*WHAT TO DO*
Look through the data and write out every line with the word "Equal" in it.

Data extracted from a collection:
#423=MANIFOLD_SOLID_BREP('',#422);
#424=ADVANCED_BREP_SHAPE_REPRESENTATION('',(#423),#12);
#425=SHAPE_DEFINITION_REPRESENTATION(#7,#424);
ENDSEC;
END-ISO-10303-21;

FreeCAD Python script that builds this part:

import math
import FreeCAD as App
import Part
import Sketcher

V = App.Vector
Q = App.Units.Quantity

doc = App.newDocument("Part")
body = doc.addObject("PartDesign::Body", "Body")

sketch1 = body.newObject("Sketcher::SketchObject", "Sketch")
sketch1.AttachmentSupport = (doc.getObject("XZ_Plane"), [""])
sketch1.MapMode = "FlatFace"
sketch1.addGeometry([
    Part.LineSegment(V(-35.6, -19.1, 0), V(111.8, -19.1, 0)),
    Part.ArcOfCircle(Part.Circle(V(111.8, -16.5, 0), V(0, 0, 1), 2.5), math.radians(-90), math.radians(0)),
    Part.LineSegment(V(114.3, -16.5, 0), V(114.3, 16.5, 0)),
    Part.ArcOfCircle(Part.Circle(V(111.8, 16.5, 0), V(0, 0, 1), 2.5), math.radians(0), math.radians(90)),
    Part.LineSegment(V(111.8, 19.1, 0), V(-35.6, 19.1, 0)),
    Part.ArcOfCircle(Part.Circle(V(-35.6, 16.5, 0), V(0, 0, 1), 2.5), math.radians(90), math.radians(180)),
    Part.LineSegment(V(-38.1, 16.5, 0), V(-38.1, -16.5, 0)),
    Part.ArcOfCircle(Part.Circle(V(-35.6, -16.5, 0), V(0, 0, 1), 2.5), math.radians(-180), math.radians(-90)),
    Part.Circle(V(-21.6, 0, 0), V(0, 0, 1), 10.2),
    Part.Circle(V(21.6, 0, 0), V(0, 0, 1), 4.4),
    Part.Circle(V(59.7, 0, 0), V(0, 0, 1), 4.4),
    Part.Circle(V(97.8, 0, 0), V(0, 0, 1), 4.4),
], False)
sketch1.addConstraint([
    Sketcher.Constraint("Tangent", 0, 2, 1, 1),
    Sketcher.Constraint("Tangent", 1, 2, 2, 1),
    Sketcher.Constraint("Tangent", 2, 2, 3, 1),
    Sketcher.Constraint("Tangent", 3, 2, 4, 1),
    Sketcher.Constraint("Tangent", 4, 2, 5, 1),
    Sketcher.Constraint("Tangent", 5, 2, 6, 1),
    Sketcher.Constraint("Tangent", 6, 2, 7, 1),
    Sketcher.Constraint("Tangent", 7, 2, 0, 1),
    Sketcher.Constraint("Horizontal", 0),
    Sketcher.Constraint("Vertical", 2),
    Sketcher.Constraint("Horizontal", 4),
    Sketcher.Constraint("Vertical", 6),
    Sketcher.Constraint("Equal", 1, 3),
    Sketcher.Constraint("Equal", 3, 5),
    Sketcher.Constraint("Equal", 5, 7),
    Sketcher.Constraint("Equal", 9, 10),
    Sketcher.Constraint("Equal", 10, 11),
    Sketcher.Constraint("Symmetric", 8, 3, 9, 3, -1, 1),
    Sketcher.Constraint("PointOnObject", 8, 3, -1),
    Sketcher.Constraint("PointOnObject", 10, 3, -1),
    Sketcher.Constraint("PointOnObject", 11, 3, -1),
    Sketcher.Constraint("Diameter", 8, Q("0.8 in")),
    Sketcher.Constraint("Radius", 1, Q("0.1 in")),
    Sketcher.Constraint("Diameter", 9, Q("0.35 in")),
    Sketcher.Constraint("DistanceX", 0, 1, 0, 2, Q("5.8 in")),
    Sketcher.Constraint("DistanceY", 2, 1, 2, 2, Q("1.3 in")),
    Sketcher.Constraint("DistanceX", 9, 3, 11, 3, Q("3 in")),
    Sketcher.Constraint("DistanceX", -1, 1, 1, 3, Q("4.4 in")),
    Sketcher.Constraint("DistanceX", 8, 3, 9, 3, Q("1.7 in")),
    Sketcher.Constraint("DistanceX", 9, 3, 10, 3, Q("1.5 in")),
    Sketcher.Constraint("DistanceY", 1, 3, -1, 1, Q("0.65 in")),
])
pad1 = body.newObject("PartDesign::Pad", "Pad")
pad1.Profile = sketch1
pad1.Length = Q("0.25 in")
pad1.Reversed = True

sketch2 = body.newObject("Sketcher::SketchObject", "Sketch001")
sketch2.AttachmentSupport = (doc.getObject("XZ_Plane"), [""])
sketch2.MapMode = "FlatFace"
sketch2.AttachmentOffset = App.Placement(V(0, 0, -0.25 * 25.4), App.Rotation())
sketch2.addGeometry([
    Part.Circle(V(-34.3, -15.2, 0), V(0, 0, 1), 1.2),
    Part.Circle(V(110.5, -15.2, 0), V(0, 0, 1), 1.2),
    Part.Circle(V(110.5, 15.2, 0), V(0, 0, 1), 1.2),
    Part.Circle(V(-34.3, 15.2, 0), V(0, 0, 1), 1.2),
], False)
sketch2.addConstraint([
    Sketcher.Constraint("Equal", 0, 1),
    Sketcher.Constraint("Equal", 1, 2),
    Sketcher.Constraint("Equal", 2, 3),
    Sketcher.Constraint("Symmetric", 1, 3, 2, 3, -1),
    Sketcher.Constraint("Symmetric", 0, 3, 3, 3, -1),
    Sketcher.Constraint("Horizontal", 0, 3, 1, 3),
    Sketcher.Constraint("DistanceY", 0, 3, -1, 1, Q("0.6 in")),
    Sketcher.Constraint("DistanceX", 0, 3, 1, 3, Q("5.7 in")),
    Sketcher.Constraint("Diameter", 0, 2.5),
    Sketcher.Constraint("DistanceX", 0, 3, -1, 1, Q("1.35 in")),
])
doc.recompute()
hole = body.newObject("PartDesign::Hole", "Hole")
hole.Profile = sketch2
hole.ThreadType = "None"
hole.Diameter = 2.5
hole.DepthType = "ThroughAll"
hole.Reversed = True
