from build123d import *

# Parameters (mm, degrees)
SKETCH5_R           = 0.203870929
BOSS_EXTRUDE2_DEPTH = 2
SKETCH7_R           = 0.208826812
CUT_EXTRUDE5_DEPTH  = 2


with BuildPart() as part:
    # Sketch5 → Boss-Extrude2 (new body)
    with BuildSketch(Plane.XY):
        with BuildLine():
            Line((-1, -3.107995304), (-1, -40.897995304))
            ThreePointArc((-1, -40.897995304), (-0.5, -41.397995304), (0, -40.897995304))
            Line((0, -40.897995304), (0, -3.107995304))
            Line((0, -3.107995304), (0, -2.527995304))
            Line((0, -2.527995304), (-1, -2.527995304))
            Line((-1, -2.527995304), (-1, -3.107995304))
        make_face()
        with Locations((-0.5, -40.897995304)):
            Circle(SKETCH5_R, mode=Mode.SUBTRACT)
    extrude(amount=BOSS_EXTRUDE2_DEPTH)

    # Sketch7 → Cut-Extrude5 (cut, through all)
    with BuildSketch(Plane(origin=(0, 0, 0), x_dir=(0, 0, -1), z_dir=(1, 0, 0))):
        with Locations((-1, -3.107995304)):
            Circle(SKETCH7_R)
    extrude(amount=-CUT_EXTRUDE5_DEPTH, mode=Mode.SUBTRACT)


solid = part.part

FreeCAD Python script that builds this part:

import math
import FreeCAD as App
import Part
import Sketcher

doc = App.newDocument("Part")
body = doc.addObject("PartDesign::Body", "Body")

sketch1 = doc.addObject("Sketcher::SketchObject", "Sketch")
body.addObject(sketch1)
sketch1.AttachmentSupport = (doc.XY_Plane, [""])
sketch1.MapMode = "FlatFace"
sketch1.addGeometry(Part.ArcOfCircle(Part.Circle(App.Vector(-0.5, -40.9, 0), App.Vector(0, 0, 1), 0.5), math.radians(180), math.radians(360)), False)
sketch1.addGeometry(Part.LineSegment(App.Vector(0, -40.9, 0), App.Vector(0, -2.53, 0)), False)
sketch1.addGeometry(Part.LineSegment(App.Vector(0, -2.53, 0), App.Vector(-1, -2.53, 0)), False)
sketch1.addGeometry(Part.LineSegment(App.Vector(-1, -2.53, 0), App.Vector(-1, -40.9, 0)), False)
sketch1.addGeometry(Part.Circle(App.Vector(-0.5, -40.9, 0), App.Vector(0, 0, 1), 0.2), False)
sketch1.addConstraint(Sketcher.Constraint("Tangent", 0, 2, 1, 1))
sketch1.addConstraint(Sketcher.Constraint("Coincident", 1, 2, 2, 1))
sketch1.addConstraint(Sketcher.Constraint("Coincident", 2, 2, 3, 1))
sketch1.addConstraint(Sketcher.Constraint("Tangent", 3, 2, 0, 1))
sketch1.addConstraint(Sketcher.Constraint("Vertical", 1))
sketch1.addConstraint(Sketcher.Constraint("Horizontal", 2))
sketch1.addConstraint(Sketcher.Constraint("Vertical", 3))
sketch1.addConstraint(Sketcher.Constraint("Coincident", 4, 3, 0, 3))
sketch1.addConstraint(Sketcher.Constraint("PointOnObject", 0, 2, -2))
sketch1.addConstraint(Sketcher.Constraint("Radius", 0, 0.5))
sketch1.addConstraint(Sketcher.Constraint("DistanceY", 1, 1, 1, 2, 38.37))
sketch1.addConstraint(Sketcher.Constraint("Diameter", 4, 0.407742))
sketch1.addConstraint(Sketcher.Constraint("DistanceY", 0, 3, -1, 1, 40.897995))
pad1 = doc.addObject("PartDesign::Pad", "Pad")
body.addObject(pad1)
pad1.Profile = sketch1
pad1.Length = 2

sketch2 = doc.addObject("Sketcher::SketchObject", "Sketch001")
body.addObject(sketch2)
sketch2.AttachmentSupport = (doc.YZ_Plane, [""])
sketch2.MapMode = "FlatFace"
sketch2.addGeometry(Part.Circle(App.Vector(-3.11, 1, 0), App.Vector(0, 0, 1), 0.21), False)
sketch2.addConstraint(Sketcher.Constraint("DistanceY", -1, 1, 0, 3, 1.0))
sketch2.addConstraint(Sketcher.Constraint("Diameter", 0, 0.417654))
sketch2.addConstraint(Sketcher.Constraint("DistanceX", 0, 3, -1, 1, 3.107995))
pocket1 = doc.addObject("PartDesign::Pocket", "Pocket")
body.addObject(pocket1)
pocket1.Profile = sketch2
pocket1.Type = "ThroughAll"

doc.recompute()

*EXPECTED ANSWER*
    Sketcher.Constraint("Equal", 1, 3),
    Sketcher.Constraint("Equal", 3, 5),
    Sketcher.Constraint("Equal", 5, 7),
    Sketcher.Constraint("Equal", 9, 10),
    Sketcher.Constraint("Equal", 10, 11),
    Sketcher.Constraint("Equal", 0, 1),
    Sketcher.Constraint("Equal", 1, 2),
    Sketcher.Constraint("Equal", 2, 3),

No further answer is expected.